[Stored data entries]
══════════════════════════════

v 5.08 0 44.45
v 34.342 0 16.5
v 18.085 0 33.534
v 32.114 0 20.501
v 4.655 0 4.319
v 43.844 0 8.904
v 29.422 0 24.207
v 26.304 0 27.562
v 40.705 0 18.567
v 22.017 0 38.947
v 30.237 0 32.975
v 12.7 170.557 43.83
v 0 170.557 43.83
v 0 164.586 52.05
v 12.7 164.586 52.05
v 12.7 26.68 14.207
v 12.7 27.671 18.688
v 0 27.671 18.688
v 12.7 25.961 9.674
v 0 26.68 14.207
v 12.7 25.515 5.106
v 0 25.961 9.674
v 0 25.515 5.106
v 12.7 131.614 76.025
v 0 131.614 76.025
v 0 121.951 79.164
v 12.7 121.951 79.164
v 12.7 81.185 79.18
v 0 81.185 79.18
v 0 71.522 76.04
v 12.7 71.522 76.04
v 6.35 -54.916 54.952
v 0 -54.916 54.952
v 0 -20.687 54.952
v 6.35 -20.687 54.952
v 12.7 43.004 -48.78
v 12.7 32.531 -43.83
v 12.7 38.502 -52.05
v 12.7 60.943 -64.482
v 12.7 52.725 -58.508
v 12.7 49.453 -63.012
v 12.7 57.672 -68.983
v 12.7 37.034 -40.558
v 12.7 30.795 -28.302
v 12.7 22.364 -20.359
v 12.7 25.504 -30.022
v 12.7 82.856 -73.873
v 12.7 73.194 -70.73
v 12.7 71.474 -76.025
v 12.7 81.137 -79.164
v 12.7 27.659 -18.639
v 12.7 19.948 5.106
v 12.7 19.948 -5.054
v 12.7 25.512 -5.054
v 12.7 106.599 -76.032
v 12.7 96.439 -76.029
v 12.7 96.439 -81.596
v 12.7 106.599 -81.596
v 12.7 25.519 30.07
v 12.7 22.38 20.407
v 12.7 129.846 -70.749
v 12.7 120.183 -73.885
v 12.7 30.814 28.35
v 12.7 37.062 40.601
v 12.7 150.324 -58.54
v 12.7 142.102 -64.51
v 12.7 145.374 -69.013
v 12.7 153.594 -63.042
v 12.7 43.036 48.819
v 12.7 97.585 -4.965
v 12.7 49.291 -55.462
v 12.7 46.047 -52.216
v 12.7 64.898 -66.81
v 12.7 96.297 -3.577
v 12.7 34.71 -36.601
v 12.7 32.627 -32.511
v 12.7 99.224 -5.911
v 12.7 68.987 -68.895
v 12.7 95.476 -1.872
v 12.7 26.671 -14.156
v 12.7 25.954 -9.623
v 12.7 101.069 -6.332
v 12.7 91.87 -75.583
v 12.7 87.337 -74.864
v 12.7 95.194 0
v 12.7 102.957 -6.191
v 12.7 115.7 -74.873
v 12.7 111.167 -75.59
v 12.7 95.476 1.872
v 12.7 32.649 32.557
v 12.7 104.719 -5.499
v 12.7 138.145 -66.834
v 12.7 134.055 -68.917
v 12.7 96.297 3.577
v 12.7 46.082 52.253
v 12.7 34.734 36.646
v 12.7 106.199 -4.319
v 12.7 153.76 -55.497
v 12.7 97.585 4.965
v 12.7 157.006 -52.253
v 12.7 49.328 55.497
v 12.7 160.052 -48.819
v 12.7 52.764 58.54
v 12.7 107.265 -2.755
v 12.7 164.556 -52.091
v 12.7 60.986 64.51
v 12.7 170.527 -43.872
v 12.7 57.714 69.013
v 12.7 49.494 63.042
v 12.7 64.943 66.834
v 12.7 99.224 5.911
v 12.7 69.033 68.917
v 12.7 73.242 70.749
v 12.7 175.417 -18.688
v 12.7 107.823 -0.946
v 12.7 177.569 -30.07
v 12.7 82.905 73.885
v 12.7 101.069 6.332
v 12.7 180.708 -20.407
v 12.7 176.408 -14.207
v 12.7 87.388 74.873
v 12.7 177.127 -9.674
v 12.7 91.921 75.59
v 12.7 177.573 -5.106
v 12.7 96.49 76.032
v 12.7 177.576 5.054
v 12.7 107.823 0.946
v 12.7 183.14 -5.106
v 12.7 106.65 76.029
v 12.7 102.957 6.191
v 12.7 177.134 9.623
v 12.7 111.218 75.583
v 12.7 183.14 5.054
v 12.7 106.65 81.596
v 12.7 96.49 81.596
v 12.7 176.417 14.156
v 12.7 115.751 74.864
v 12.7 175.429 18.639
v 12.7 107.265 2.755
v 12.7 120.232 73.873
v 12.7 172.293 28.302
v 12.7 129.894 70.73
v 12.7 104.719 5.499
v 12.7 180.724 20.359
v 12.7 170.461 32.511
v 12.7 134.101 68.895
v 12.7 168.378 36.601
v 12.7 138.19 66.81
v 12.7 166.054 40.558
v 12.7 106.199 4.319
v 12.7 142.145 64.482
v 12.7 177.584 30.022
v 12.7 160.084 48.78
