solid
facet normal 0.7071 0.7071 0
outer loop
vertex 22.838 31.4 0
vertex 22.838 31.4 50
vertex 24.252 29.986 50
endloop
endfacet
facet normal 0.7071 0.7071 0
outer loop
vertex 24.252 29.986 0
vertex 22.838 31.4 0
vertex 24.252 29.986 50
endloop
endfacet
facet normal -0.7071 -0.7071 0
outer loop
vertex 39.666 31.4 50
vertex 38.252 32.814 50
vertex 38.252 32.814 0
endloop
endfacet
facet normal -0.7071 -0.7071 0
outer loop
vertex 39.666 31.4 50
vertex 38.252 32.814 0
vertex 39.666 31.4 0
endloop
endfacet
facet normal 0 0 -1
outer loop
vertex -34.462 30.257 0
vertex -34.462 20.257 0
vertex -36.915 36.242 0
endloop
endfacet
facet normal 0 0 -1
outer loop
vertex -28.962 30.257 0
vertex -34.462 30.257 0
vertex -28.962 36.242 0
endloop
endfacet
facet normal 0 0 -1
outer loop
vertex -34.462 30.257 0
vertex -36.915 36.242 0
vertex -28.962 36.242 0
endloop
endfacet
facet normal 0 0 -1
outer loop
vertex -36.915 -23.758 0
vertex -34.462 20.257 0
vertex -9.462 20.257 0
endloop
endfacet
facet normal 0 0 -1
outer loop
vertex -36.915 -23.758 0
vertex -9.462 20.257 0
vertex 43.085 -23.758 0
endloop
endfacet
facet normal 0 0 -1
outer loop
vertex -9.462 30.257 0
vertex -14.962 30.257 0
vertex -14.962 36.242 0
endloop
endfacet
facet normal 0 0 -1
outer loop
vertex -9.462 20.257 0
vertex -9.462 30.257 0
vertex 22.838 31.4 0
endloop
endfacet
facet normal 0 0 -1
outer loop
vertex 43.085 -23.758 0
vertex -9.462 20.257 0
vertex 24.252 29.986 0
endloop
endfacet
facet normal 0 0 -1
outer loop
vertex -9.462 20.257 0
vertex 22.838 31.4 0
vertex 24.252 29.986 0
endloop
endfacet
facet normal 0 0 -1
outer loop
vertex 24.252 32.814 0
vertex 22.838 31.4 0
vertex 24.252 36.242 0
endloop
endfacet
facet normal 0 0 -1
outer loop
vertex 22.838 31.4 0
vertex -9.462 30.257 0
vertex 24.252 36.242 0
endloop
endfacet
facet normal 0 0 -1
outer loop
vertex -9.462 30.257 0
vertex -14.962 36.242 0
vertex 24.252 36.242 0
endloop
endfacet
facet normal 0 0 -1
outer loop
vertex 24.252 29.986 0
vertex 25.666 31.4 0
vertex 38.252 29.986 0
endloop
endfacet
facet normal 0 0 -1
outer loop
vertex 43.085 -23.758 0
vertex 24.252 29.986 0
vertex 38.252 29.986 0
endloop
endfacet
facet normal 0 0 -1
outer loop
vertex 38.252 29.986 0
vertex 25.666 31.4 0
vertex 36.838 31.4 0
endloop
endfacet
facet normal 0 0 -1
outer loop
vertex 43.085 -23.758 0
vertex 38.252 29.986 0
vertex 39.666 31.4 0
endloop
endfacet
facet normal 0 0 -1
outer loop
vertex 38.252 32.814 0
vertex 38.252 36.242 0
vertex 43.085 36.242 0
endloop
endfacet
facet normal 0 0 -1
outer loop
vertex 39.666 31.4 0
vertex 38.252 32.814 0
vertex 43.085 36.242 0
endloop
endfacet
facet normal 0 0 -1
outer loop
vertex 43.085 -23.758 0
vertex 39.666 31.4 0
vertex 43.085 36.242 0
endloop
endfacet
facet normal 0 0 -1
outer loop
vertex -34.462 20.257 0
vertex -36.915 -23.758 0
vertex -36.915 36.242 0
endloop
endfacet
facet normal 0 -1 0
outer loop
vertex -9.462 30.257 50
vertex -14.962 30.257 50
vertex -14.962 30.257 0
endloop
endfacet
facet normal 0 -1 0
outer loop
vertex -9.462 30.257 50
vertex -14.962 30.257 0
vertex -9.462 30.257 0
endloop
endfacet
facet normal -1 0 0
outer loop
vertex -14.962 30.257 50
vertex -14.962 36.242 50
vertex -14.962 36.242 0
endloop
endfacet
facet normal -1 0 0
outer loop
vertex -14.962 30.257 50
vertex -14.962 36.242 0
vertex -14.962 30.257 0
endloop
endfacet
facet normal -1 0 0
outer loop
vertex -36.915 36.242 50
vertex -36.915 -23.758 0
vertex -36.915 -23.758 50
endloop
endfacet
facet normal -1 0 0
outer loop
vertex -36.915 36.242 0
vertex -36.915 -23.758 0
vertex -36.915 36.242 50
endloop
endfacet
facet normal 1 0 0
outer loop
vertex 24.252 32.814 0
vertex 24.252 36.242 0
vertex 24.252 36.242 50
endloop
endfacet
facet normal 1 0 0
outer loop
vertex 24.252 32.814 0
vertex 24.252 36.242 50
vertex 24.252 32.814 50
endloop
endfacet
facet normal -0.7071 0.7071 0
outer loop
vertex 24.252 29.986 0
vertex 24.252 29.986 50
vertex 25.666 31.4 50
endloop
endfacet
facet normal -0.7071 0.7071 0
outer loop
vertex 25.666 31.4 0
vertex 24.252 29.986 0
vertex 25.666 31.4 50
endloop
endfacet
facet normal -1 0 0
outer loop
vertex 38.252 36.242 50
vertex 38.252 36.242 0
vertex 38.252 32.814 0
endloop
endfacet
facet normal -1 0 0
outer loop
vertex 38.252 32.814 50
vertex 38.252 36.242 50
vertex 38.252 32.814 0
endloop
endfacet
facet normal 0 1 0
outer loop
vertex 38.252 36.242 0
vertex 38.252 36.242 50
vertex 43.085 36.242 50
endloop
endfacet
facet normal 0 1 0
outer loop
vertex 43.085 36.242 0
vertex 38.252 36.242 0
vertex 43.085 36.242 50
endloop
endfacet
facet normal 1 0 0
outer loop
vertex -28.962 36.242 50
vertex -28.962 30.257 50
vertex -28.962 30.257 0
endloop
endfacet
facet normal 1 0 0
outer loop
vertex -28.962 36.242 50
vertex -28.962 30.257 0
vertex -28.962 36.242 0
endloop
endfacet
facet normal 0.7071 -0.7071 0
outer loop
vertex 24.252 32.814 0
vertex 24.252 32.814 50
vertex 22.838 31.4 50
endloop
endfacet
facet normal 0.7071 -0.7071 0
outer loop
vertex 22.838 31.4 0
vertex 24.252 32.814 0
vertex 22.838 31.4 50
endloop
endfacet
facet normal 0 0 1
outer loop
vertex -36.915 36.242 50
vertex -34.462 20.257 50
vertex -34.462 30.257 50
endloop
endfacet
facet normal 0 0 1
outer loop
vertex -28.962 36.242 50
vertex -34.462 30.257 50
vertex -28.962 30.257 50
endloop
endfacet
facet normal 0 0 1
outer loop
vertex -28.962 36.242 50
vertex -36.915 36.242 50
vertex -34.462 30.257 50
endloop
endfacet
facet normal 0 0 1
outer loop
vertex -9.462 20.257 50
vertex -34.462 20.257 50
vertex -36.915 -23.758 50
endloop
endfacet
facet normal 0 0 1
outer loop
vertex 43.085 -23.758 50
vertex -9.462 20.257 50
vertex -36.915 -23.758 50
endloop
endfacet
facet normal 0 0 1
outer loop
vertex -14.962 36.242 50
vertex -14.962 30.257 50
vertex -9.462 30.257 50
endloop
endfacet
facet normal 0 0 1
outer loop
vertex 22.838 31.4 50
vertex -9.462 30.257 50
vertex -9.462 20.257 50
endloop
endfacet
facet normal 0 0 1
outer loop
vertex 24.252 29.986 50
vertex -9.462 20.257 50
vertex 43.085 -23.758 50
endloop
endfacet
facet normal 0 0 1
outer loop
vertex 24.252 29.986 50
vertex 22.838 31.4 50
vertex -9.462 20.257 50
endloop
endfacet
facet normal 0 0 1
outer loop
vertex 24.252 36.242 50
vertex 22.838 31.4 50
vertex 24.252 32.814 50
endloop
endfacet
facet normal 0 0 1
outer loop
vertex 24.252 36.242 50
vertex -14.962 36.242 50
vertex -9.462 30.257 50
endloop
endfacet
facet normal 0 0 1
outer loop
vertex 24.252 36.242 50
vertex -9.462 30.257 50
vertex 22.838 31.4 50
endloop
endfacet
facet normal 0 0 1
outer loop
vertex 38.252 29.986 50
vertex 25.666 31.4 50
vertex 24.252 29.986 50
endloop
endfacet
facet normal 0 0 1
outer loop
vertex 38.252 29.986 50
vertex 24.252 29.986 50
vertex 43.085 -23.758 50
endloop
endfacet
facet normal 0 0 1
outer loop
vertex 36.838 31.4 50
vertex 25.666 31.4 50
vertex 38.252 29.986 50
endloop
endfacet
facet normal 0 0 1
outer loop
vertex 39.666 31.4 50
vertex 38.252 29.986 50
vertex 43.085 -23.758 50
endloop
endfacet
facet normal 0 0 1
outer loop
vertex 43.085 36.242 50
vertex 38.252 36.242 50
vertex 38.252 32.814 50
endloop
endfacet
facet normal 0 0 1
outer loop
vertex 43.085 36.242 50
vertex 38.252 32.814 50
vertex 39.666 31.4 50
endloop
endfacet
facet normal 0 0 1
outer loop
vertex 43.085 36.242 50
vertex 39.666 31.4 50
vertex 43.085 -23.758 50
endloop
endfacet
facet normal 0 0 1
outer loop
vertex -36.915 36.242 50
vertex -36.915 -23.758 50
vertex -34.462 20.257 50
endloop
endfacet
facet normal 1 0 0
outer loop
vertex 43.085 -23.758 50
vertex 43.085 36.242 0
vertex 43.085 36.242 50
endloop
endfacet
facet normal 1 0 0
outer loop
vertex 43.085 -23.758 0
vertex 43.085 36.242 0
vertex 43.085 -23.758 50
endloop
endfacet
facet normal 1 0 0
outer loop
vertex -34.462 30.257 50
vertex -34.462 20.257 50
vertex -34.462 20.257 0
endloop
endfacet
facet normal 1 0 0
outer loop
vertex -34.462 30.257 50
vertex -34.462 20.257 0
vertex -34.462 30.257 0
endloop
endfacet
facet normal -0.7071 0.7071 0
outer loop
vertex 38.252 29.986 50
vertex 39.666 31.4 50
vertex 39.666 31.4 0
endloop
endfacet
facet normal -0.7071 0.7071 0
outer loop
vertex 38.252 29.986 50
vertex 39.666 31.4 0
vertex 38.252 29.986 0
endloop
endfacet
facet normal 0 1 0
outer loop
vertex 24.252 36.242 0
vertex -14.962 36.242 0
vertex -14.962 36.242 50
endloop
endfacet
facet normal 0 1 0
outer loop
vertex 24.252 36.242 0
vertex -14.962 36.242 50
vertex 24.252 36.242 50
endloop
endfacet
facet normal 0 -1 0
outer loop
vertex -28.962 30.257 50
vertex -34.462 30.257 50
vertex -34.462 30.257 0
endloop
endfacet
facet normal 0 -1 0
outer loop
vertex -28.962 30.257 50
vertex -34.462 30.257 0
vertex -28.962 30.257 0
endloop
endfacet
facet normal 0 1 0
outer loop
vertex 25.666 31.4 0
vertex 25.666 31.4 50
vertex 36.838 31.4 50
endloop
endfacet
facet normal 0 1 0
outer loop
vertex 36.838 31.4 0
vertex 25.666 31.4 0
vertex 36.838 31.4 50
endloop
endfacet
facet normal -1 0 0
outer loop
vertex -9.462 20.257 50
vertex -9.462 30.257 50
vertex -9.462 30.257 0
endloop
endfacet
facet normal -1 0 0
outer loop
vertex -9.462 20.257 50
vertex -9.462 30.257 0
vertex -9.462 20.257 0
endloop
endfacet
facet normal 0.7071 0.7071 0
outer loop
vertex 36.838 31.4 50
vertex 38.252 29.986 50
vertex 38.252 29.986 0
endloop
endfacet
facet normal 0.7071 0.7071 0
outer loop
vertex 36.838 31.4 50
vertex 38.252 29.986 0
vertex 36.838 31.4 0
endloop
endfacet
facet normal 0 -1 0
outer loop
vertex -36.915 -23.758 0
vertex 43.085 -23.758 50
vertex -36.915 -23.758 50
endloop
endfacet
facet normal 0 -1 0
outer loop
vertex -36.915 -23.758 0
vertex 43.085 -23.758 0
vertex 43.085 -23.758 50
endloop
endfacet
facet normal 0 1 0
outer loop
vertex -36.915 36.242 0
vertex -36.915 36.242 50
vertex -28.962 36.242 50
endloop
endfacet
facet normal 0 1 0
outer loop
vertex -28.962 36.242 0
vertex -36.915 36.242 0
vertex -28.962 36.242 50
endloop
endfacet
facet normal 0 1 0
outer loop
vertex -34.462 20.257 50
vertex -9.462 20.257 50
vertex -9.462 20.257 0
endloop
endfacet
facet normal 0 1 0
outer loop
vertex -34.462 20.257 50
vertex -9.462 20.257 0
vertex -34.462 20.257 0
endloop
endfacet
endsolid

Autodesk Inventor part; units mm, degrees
ref_plane "YZ Plane" through (0, 0, 0) normal (1, 0, 0) x (0, 1, 0)
ref_plane "XZ Plane" through (0, 0, 0) normal (0, 1, 0) x (-1, 0, 0)
ref_plane "XY Plane" through (0, 0, 0) normal (0, 0, 1) x (1, 0, 0)
sketch "Sketch1" plane through (0, 0, 0) normal (0, 0, 1) x (1, 0, 0)
  line L0 (-36.9152, 36.2425) -> (43.0848, 36.2425)
  line L1 (43.0848, 36.2425) -> (43.0848, -23.7575)
  line L2 (43.0848, -23.7575) -> (-36.9152, -23.7575)
  line L3 (-36.9152, -23.7575) -> (-36.9152, 36.2425)
  point P0 (0, 0)
  dimension "d0" = 80
  dimension "d1" = 60
extrude "Extrusion1" add sketch "Sketch1" along normal blind 50
sketch "Sketch2" plane through (0, 0, 50) normal (0, 0, 1) x (1, 0, 0)
  line L0 (-34.4619, 20.2567) -> (-34.4619, 30.2567)
  line L1 (-34.4619, 30.2567) -> (-28.9619, 30.2567)
  line L2 (-28.9619, 30.2567) -> (-28.9619, 39.2567)
  line L3 (-28.9619, 39.2567) -> (-14.9619, 39.2567)
  line L4 (-14.9619, 39.2567) -> (-14.9619, 30.2567)
  line L5 (-14.9619, 30.2567) -> (-9.4619, 30.2567)
  line L6 (-9.4619, 30.2567) -> (-9.4619, 20.2567)
  line L7 (-9.4619, 20.2567) -> (-34.4619, 20.2567)
  point P0 (0, 0)
  point P1 (-21.9619, 39.2567)
  dimension "d4" = 14
  dimension "d5" = 9
  dimension "d6" = 10
  dimension "d7" = 12.5
  dimension "d8" = 25
  dimension "d9" = 7
extrude "Extrusion2" cut sketch "Sketch2" against normal blind 50
sketch "Sketch5" plane through (0, 0, 50) normal (0, 0, 1) x (1, 0, 0)
  line L0 (31.2523, 36.3999) -> (38.2523, 36.3999)
  line L1 (38.2523, 36.3999) -> (38.2523, 32.8141)
  line L2 (38.2523, 32.8141) -> (39.6665, 31.3999)
  line L3 (39.6665, 31.3999) -> (38.2523, 29.9857)
  line L4 (38.2523, 29.9857) -> (36.8381, 31.3999)
  line L5 (36.8381, 31.3999) -> (31.2523, 31.3999)
  line L6 (31.2523, 36.3999) -> (31.2523, 31.3999) construction
  line L7 (31.2523, 36.3999) -> (24.2523, 36.3999)
  line L8 (24.2523, 36.3999) -> (24.2523, 32.8141)
  line L9 (24.2523, 32.8141) -> (22.8381, 31.3999)
  line L10 (22.8381, 31.3999) -> (24.2523, 29.9857)
  line L11 (24.2523, 29.9857) -> (25.6665, 31.3999)
  line L12 (25.6665, 31.3999) -> (31.2523, 31.3999)
  point P0 (0, 0)
  dimension "d27" = 7
  dimension "d28" = 2
  dimension "d29" = 2
  dimension "d30" = 135
  dimension "d31" = 90
  dimension "d32" = 5
  dimension "d33" = 2
extrude "Extrusion3" cut sketch "Sketch5" against normal blind 50
properties part number "PiesaSuportCanale"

══════════════════════════════

*TO DO*
All lines above from the line with "v 12.7 160.052 -48.819" through the line with "v 12.7 176.408 -14.207", both included, are to be set down exactly, with nothing else.

*FINISHED EXERCISE*
v 12.7 160.052 -48.819
v 12.7 52.764 58.54
v 12.7 107.265 -2.755
v 12.7 164.556 -52.091
v 12.7 60.986 64.51
v 12.7 170.527 -43.872
v 12.7 57.714 69.013
v 12.7 49.494 63.042
v 12.7 64.943 66.834
v 12.7 99.224 5.911
v 12.7 69.033 68.917
v 12.7 73.242 70.749
v 12.7 175.417 -18.688
v 12.7 107.823 -0.946
v 12.7 177.569 -30.07
v 12.7 82.905 73.885
v 12.7 101.069 6.332
v 12.7 180.708 -20.407
v 12.7 176.408 -14.207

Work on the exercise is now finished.